You're up rather early for work on a Saturday. Anything about the next 24 hours that you would like to talk about?

Also, I spoke with them this week and the goldfish farm is doing just fine. They even sent me a couple packages just to let me know they are alright.


----------



## Hunter (Sep 3, 2004)

Got up early to run boat drills.

Have nearly perfected my two rod at a time casting method. Learning curve accelerated when I practice in the dark, blindfolded. The neighbors aren't crazy about the gunfire simulation I run on the PA system while training, but hey-it's tournament time. Gotta do the work!

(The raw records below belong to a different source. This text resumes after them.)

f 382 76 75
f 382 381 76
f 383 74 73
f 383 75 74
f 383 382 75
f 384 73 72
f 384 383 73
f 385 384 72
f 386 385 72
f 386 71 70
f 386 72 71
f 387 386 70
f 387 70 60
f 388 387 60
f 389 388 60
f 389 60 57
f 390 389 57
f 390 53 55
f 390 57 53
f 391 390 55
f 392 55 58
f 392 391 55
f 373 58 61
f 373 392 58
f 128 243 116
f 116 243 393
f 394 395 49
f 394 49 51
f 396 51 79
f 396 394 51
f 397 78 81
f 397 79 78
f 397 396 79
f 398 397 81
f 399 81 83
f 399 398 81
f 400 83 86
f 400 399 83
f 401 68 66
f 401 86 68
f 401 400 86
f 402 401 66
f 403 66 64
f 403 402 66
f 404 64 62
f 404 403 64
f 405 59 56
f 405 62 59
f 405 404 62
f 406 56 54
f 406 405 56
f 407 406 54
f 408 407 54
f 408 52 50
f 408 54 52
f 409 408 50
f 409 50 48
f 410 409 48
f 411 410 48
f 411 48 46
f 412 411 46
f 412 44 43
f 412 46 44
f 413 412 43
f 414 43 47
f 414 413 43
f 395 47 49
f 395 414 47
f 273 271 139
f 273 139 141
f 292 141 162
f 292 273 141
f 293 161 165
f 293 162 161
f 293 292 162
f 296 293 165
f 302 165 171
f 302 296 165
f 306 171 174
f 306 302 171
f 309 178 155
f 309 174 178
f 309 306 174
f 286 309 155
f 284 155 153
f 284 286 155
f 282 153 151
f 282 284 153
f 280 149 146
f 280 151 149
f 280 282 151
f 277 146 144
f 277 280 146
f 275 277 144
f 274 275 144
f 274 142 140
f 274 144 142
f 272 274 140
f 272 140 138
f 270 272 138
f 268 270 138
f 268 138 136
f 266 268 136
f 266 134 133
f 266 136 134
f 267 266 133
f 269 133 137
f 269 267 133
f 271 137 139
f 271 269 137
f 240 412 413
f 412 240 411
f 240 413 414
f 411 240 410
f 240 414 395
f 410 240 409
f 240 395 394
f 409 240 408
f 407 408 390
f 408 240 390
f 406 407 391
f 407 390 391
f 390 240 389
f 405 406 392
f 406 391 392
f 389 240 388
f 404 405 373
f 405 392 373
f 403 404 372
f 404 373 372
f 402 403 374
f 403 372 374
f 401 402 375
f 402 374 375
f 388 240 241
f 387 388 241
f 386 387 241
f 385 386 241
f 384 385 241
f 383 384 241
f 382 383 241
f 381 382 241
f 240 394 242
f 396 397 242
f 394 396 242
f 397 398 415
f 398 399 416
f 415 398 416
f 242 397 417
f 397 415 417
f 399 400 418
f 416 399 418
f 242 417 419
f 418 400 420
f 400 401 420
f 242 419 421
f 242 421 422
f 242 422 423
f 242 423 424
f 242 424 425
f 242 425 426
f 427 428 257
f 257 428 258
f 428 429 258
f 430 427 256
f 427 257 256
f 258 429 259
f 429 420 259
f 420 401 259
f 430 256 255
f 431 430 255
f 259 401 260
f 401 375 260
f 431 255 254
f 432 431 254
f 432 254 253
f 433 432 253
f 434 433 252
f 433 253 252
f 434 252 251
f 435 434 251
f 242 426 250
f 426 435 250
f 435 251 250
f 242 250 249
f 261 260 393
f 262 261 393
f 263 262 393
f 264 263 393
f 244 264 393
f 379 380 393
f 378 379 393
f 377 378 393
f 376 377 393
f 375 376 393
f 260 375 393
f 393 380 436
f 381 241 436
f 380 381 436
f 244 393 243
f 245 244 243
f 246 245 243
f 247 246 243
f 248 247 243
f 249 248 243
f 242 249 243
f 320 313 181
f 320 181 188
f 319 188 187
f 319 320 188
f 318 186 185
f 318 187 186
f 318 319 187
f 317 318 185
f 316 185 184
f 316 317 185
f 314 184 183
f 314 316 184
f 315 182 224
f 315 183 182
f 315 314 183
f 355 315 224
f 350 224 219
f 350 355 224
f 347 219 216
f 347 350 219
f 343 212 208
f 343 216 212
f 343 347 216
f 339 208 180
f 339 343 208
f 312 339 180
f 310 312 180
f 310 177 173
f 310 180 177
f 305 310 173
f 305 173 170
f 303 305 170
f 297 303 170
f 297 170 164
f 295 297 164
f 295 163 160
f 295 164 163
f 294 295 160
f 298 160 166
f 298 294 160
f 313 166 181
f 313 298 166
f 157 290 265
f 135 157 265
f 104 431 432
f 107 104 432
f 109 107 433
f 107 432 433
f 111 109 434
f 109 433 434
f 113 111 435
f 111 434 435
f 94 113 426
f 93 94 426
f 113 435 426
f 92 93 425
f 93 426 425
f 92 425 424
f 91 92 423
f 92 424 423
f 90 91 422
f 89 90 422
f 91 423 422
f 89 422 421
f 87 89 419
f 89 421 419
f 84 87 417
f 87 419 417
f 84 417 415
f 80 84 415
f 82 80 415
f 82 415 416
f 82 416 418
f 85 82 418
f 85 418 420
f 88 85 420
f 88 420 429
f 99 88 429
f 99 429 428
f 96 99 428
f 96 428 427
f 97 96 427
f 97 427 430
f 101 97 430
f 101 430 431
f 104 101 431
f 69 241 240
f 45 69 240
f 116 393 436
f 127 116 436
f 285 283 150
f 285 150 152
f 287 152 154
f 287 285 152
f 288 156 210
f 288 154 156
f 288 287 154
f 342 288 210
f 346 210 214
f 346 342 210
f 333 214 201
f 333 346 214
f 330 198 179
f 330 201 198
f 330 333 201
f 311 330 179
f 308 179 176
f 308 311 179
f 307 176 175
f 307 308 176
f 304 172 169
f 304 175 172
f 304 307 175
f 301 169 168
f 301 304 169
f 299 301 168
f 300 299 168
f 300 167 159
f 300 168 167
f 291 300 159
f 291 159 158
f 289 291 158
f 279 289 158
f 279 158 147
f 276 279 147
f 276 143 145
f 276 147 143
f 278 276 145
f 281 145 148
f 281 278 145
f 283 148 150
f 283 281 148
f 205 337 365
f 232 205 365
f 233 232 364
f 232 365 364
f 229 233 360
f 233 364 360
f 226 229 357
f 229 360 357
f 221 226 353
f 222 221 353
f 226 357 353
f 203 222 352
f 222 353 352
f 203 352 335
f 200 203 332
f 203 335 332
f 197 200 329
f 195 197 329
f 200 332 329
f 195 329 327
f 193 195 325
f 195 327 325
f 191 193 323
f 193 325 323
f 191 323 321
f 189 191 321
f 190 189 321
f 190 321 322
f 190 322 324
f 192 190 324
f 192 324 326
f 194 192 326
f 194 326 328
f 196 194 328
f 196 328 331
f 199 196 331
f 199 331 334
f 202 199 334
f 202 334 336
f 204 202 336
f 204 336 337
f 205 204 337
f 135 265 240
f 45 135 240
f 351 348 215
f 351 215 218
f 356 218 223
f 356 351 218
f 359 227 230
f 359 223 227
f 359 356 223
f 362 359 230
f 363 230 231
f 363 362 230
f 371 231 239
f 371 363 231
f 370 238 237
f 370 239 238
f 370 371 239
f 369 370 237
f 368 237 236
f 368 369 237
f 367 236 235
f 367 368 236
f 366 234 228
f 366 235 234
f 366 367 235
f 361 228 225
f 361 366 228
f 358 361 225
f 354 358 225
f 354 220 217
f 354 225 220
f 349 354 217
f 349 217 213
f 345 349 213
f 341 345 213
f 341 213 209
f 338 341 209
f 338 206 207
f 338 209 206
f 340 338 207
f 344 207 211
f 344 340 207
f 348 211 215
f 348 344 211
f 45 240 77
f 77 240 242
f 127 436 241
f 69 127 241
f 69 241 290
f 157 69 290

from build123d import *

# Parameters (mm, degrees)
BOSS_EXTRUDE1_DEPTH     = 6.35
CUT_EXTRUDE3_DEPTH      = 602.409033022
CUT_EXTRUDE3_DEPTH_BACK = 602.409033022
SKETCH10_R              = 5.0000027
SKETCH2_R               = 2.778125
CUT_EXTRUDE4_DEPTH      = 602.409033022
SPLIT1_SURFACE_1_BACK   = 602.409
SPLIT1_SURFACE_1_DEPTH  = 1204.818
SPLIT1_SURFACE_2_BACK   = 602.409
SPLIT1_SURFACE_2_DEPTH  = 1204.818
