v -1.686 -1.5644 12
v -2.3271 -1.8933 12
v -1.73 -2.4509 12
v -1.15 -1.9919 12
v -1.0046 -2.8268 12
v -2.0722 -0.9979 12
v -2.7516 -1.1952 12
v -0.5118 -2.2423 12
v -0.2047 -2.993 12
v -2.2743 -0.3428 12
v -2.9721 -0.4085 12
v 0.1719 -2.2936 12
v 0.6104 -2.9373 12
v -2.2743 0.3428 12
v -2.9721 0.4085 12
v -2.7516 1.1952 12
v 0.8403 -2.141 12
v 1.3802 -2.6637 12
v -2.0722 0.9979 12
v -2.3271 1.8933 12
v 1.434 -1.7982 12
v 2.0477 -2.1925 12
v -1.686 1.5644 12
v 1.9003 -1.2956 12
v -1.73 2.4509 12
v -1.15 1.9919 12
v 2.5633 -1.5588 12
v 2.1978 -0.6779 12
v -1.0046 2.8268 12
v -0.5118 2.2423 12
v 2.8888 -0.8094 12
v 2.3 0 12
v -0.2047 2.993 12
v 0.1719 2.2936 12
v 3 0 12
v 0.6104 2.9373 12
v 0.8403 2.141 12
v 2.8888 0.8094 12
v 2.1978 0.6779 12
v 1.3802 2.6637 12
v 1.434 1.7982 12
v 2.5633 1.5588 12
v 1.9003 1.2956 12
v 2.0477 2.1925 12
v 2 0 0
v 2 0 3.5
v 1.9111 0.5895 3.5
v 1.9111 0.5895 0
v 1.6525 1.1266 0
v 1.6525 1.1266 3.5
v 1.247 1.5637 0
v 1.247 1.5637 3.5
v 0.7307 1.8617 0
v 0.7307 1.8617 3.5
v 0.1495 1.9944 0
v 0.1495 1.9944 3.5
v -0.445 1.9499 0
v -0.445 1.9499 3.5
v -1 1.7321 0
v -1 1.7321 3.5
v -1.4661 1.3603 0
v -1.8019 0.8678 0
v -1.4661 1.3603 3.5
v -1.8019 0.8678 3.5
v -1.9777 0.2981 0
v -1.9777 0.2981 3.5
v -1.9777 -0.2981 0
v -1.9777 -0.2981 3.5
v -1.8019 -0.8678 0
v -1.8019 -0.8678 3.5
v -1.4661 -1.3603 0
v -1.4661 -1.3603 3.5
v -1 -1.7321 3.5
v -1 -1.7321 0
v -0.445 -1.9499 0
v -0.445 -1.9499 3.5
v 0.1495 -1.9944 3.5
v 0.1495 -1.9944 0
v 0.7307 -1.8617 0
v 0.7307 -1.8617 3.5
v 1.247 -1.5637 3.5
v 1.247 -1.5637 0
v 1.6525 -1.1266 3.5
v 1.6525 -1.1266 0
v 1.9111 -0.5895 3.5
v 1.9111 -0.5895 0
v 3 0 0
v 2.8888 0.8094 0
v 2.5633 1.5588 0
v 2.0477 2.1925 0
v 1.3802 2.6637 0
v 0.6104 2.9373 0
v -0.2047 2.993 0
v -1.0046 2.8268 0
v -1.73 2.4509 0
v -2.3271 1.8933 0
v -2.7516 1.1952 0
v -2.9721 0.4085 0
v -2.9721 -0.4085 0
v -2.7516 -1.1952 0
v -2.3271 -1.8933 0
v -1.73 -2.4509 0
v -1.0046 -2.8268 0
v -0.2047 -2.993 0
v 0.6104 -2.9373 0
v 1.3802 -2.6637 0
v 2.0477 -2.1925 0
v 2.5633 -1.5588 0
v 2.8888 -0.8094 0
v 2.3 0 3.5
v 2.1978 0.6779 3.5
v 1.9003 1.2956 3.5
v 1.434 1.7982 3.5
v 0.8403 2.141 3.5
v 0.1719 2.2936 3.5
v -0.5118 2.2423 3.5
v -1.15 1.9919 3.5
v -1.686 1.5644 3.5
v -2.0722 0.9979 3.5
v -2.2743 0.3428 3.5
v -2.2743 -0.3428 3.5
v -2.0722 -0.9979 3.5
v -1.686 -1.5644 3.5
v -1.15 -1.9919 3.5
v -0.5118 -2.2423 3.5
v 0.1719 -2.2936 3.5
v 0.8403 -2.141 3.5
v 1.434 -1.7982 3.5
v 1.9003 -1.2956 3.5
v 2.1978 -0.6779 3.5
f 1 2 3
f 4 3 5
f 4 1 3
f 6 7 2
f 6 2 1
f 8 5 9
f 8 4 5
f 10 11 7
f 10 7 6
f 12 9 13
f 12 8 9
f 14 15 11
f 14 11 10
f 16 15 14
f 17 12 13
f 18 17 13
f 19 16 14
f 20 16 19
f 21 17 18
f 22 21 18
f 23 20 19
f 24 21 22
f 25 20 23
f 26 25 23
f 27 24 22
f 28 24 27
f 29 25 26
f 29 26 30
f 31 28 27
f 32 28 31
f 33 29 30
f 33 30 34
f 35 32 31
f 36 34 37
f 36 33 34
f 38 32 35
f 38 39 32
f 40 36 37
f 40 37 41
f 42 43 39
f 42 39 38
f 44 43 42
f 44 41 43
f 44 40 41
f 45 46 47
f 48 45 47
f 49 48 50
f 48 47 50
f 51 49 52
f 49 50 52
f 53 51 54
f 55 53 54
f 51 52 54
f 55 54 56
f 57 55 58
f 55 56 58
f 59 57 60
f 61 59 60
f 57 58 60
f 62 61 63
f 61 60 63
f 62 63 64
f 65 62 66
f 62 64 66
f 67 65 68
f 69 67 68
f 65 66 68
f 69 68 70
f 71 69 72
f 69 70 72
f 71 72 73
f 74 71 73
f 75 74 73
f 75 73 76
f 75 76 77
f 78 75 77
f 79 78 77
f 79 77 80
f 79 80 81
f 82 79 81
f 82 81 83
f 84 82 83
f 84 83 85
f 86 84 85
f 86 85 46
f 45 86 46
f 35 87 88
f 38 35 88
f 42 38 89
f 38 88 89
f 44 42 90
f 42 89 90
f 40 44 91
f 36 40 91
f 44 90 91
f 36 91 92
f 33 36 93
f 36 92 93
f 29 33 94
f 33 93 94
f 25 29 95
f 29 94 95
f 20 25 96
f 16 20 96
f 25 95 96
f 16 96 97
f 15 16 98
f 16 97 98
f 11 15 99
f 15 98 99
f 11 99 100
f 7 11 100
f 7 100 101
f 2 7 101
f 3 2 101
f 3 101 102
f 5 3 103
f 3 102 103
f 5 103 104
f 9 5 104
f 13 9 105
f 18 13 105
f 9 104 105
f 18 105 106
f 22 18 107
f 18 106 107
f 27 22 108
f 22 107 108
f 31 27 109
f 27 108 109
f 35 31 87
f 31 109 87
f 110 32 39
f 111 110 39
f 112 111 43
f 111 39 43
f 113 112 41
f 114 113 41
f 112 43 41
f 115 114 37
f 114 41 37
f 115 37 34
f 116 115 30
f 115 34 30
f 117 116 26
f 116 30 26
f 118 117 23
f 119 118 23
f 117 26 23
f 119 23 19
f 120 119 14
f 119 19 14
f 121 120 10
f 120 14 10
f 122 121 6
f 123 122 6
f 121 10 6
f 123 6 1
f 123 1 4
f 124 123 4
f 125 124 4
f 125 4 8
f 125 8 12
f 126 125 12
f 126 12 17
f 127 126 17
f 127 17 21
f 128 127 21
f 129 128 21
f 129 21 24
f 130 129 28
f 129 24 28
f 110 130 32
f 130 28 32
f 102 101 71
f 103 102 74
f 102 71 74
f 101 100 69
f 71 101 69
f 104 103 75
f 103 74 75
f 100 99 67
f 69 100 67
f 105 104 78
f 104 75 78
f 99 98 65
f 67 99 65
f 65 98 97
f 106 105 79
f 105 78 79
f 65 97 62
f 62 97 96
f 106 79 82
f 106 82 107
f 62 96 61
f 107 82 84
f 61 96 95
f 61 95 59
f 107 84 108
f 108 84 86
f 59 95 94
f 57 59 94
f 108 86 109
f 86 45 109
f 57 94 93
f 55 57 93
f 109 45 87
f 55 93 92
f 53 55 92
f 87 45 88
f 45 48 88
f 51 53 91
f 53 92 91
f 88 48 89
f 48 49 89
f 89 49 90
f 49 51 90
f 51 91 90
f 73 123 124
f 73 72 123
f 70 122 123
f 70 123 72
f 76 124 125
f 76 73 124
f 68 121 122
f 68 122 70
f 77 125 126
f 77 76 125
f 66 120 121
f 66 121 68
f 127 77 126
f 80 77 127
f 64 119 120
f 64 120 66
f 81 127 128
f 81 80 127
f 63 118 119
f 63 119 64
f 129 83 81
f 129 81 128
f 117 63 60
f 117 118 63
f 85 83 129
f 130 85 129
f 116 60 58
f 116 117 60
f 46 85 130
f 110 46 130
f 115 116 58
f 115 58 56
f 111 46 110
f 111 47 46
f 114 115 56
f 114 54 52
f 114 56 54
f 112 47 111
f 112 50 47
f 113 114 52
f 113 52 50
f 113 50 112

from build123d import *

# Parameters (mm, degrees)
ESBO_O1_R                = 3
RESSALTO_EXTRUS_O1_DEPTH = 12
ESBO_O2_R                = 2.3
CORTE_EXTRUS_O1_DEPTH    = 8.5
CORTE_EXTRUS_O2_REACH    = 11.5
ESBO_O3_R                = 2


with BuildPart() as part:
    # Esboço1 → Ressalto-extrusão1 (new body)
    with BuildSketch(Plane.XY):
        Circle(ESBO_O1_R)
    extrude(amount=RESSALTO_EXTRUS_O1_DEPTH)

    # Esboço2 → Corte-extrusão1 (cut)
    with BuildSketch(Plane.XY.offset(12)):
        Circle(ESBO_O2_R)
    extrude(amount=-CORTE_EXTRUS_O1_DEPTH, mode=Mode.SUBTRACT)

    # Esboço3 → Corte-extrusão2 (cut, up to next)
    with BuildSketch(Plane.XY.offset(3.5), mode=Mode.PRIVATE) as corte_extrus_o2_sk1:
        Circle(ESBO_O3_R)
    corte_extrus_o2_tool1 = extrude(corte_extrus_o2_sk1.sketch, amount=-CORTE_EXTRUS_O2_REACH, mode=Mode.PRIVATE) & part.part
    add(corte_extrus_o2_tool1.solids().sort_by_distance((0, 0, 3.5))[0], mode=Mode.SUBTRACT)


solid = part.part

PS: STS said your prop hub looked like it could spin at any moment. But don't worry. I'm sure it will be fine.


----------



## marc (May 21, 2004)

Not to worry, tell STS that shots are on Team Chorizo at hurricane junction Friday night.... We'll see if they can function come sat am


----------



## captnickm (Feb 16, 2011)

Good luck to all of you who are fishing the first weekend. 
Then good luck to me the second weekend. Haha. Kidding. 
Hope the weather holds out for yall.


----------



## Tarponchaser (May 25, 2005)

Marc,

Check the rules... that tarpon you are holding is too small however I have seen lots of them rolliing and freejumping about forty miles due East of the Pass..... mostly in the grassy noll area.

TC


----------



## Trouthappy (Jun 12, 2008)

Dang, that mullet must have spent time in the livewell, maybe spent the night there...  Looks like he'll fish, though.


----------



## marc (May 21, 2004)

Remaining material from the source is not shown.